婚約者であるクレイトス王国の王太子・ジェラルドに冤罪をかけられて捕らえられ、処刑の前日に牢を抜け出したジルだったが、追い詰められ、12歳の時に求婚を受け入れたことを後悔し、次があったら利用されたままで終わらないのに、と思いながら、命を落とす。

しかし、そこで時間が巻き戻り、ジルが意識を取り戻すと、目の前にはとっくに死んだ両親の顔があった。

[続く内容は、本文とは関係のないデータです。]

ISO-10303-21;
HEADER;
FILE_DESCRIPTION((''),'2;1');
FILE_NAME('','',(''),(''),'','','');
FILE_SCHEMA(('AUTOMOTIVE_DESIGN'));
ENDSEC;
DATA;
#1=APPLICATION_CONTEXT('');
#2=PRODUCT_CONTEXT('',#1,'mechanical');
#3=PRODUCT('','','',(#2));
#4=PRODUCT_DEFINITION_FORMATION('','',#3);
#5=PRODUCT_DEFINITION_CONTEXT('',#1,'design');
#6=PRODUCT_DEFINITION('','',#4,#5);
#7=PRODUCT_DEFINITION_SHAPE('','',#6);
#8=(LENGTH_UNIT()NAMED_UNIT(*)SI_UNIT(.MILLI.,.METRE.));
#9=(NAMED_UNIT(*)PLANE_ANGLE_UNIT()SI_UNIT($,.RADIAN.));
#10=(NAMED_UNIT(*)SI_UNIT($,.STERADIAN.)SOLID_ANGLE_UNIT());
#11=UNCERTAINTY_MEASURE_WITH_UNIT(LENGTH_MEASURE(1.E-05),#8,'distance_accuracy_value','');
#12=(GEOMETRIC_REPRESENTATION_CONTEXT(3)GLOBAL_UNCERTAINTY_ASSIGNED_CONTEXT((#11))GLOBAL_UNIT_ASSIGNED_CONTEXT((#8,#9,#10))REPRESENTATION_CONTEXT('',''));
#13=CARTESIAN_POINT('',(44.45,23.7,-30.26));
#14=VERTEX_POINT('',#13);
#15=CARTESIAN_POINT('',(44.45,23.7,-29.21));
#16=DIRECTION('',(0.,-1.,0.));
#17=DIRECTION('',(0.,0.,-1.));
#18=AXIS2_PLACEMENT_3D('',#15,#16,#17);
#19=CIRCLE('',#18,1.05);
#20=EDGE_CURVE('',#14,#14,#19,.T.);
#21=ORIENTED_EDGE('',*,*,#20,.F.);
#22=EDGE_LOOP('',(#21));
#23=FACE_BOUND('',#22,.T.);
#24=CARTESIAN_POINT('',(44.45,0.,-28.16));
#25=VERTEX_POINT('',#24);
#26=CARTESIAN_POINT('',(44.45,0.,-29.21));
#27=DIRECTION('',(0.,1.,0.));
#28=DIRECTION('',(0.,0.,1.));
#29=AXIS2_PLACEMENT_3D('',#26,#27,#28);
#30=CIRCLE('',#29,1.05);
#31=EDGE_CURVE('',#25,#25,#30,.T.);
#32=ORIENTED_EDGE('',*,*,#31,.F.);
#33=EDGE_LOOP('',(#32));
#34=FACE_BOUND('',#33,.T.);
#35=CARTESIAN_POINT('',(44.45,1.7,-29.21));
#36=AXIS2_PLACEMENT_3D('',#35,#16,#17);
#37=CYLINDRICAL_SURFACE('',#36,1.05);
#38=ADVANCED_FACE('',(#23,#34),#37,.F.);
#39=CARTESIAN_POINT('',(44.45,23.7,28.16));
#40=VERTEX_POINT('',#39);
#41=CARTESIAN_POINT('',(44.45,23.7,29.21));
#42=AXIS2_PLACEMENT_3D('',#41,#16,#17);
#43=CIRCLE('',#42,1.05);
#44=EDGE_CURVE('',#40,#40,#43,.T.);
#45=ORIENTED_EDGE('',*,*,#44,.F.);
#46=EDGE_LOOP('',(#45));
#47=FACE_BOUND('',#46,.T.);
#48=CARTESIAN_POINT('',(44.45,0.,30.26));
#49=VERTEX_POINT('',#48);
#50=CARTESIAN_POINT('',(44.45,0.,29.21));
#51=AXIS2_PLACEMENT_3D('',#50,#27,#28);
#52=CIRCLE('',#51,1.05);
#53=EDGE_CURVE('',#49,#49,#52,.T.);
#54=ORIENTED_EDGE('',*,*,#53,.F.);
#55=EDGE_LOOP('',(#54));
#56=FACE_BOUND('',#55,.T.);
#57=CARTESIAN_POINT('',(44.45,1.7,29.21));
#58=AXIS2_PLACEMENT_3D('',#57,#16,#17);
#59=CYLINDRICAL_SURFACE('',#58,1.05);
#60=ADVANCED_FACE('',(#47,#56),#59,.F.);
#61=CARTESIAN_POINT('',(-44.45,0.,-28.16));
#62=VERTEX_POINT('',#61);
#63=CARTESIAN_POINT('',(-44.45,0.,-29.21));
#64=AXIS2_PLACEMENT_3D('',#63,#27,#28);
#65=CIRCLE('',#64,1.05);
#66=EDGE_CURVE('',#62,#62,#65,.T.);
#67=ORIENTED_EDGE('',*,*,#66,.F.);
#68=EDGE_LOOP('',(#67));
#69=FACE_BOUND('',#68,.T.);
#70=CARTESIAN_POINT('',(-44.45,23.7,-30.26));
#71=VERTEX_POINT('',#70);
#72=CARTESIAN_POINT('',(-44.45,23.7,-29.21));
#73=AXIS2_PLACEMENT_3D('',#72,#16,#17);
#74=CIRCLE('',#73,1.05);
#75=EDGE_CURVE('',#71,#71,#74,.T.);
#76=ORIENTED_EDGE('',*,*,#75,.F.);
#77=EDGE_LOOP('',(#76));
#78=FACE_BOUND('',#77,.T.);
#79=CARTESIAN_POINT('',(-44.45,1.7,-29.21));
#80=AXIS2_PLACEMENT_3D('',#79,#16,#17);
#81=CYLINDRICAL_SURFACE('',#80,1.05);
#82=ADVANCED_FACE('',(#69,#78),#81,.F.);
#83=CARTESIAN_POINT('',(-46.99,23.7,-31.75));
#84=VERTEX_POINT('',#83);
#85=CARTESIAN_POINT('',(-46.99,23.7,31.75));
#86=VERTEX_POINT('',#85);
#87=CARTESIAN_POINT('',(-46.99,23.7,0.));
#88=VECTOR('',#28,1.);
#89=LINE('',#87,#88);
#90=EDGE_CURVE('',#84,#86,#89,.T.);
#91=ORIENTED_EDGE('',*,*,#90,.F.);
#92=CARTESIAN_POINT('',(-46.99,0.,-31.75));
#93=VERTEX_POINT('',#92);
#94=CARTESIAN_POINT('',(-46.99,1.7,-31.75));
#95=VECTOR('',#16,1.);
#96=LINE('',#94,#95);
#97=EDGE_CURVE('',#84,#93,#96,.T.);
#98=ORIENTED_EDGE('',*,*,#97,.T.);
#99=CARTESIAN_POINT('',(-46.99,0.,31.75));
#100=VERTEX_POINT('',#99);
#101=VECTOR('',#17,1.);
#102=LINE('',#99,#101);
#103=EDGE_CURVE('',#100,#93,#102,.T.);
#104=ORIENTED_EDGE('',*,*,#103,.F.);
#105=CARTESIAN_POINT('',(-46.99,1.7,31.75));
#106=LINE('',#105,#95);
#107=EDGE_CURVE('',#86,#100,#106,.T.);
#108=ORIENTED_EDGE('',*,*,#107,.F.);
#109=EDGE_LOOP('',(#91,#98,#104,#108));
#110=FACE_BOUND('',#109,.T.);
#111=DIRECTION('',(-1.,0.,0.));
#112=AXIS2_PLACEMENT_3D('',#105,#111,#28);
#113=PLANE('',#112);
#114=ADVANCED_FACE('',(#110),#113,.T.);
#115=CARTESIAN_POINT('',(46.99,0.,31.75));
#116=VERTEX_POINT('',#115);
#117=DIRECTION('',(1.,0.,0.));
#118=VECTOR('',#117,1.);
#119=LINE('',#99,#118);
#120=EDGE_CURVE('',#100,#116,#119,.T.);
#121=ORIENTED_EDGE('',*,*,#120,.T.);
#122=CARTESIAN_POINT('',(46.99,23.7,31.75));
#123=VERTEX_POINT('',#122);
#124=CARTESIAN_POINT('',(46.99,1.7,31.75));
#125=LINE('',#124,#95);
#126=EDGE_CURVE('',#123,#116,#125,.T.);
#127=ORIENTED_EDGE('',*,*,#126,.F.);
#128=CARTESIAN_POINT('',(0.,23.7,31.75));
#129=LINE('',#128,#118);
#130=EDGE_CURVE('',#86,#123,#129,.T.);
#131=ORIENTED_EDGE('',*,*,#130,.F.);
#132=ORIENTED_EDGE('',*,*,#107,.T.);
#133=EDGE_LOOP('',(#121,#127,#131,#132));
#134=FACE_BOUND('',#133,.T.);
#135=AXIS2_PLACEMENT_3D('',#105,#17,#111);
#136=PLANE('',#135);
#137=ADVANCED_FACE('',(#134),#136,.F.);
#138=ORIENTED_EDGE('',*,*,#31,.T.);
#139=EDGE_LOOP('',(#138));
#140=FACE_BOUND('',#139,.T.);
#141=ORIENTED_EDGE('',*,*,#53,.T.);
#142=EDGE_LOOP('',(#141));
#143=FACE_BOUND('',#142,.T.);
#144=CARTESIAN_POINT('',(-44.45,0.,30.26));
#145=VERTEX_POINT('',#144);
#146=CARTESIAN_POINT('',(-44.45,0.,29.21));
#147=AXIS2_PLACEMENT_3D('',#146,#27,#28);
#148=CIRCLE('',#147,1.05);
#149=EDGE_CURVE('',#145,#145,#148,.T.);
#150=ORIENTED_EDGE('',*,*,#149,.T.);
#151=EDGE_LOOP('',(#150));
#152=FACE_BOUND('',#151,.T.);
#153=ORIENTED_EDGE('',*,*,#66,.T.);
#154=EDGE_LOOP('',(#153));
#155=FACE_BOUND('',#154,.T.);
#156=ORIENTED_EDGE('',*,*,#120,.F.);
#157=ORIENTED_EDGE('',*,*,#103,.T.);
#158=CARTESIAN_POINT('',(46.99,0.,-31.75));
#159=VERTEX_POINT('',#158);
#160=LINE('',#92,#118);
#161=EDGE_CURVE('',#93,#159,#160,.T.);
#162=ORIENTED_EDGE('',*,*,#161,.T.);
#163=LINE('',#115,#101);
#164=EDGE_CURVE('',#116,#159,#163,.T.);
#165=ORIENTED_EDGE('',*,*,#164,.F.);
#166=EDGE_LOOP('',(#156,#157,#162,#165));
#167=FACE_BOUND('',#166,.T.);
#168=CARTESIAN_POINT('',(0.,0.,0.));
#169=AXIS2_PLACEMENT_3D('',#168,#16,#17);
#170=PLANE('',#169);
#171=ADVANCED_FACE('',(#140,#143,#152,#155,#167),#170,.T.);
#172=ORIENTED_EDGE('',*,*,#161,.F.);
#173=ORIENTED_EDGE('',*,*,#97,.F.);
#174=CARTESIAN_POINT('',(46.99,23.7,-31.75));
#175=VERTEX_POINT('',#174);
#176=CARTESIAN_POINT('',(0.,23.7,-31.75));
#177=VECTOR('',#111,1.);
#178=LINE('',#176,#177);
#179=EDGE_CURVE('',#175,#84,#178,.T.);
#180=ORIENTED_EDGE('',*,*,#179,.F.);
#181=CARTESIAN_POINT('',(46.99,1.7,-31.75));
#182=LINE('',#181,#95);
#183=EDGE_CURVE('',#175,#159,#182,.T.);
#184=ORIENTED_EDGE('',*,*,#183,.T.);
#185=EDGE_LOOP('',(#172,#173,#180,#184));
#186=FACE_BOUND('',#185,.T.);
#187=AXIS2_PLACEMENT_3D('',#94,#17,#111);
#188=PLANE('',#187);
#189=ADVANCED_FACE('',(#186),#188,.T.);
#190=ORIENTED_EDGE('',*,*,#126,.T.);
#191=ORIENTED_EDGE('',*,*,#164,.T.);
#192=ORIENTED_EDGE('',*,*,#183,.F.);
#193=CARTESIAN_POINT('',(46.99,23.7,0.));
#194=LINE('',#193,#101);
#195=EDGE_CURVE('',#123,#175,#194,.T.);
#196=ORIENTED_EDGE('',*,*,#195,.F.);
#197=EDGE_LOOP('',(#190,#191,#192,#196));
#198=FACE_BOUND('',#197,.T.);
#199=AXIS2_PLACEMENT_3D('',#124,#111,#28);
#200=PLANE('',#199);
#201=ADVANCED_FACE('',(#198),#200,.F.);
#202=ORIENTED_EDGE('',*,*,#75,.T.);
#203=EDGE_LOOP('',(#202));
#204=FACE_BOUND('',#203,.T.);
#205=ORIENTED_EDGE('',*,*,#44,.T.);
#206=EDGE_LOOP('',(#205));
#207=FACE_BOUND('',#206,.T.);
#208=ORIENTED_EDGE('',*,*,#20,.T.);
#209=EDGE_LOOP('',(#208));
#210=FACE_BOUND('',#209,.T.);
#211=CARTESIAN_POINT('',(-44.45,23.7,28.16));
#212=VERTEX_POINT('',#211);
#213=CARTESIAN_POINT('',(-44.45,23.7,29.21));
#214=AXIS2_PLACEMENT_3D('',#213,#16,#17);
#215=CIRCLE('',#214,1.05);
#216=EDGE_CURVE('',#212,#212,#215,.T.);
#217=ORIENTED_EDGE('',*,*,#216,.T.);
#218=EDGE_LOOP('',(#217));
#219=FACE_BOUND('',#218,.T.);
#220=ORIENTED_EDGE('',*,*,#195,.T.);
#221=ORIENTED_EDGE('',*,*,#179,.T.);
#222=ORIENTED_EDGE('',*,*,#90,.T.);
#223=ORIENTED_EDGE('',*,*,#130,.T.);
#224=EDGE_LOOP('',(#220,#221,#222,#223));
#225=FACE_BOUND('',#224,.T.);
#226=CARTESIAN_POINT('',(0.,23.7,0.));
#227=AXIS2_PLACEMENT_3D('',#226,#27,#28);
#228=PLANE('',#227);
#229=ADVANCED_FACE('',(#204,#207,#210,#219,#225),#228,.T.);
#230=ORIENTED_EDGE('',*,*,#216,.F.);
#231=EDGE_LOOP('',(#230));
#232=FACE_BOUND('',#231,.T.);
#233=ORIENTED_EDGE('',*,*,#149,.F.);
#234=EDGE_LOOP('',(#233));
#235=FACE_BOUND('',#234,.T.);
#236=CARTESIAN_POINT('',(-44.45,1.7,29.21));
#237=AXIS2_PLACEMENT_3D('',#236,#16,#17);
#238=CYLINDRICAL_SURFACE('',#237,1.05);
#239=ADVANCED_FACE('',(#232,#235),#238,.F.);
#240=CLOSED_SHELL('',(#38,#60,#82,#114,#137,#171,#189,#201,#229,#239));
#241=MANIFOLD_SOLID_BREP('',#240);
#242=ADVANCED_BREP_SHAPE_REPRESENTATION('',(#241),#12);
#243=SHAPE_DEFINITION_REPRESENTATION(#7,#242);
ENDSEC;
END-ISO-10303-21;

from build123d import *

# Parameters (mm, degrees)
SKETCH_1_W      = 93.98
SKETCH_1_H      = 63.5
SKETCH_1_R      = 1.05
EXTRUDE_1_DEPTH = 1.7
EXTRUDE_START   = 1.7
SKETCH_1_4_W    = 93.98
SKETCH_1_4_H    = 63.5
SKETCH_1_4_R    = 1.05
EXTRUDE_2_DEPTH = 22


with BuildPart() as part:
    # 草图1 → 凸台-拉伸1 (new body)
    with BuildSketch(Plane(origin=(0, 0, 0), x_dir=(1, 0, 0), z_dir=(0, 1, 0))):
        Rectangle(SKETCH_1_W, SKETCH_1_H)
        with Locations(Location((-44.45, 29.21, 0), (0, 0, 270))):
            Circle(SKETCH_1_R, mode=Mode.SUBTRACT)
        with Locations(Location((-44.45, -29.21, 0), (0, 0, 270))):
            Circle(SKETCH_1_R, mode=Mode.SUBTRACT)
        with Locations(Location((44.45, 29.21, 0), (0, 0, 270))):
            Circle(SKETCH_1_R, mode=Mode.SUBTRACT)
        with Locations(Location((44.45, -29.21, 0), (0, 0, 270))):
            Circle(SKETCH_1_R, mode=Mode.SUBTRACT)
    extrude(amount=EXTRUDE_1_DEPTH)

    # 草图1<4> → 凸台-拉伸2 (add)
    with BuildSketch(Plane(origin=(0, 0, 0), x_dir=(1, 0, 0), z_dir=(0, 1, 0)).offset(EXTRUDE_START)):
        Rectangle(SKETCH_1_4_W, SKETCH_1_4_H)
        with Locations(Location((-44.45, 29.21, 0), (0, 0, 90))):
            Circle(SKETCH_1_4_R, mode=Mode.SUBTRACT)
        with Locations(Location((-44.45, -29.21, 0), (0, 0, 90))):
            Circle(SKETCH_1_4_R, mode=Mode.SUBTRACT)
        with Locations(Location((44.45, 29.21, 0), (0, 0, 90))):
            Circle(SKETCH_1_4_R, mode=Mode.SUBTRACT)
        with Locations(Location((44.45, -29.21, 0), (0, 0, 90))):
            Circle(SKETCH_1_4_R, mode=Mode.SUBTRACT)
    extrude(amount=EXTRUDE_2_DEPTH)


solid = part.part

そして、この日が求婚を受け入れたジェラルド王子15歳の誕生パーティーの日で、自分が12歳に戻っていると知ったジルは、パーティーの場で、ジェラルドの求婚を避けようと会場から逃げ出す。
ジルの婚約は、ジェラルドとその妹フェイリスの禁断の恋をカモフラージュするためのもので、禁忌を知ったジルは婚約を破棄されて冤罪で投獄され、命を落としたのだった。
ジルはテラスに逃れるが、ジェラルドは求婚しようとそこまで追いかけてくる。ジルは、何とかこの場を切り抜けたい一心で、会場でたまたま目に入った男性の腕を掴み、この方に一目惚れした、一生かけて幸せにする、と宣言する。

すると、その男は、ジルの求婚を受け入れるが、その声を聞いたジルは、王太子も簡単に手が出せないという意味では非常に正しかったが、人生の選択としてはこの上なく間違っていた、と後悔し、呆然となって意識を失う。その男は、6年後にクレイトス王国を火の海にした最大の敵、隣国ラーヴェ帝国の皇帝・ハディスだったのだ。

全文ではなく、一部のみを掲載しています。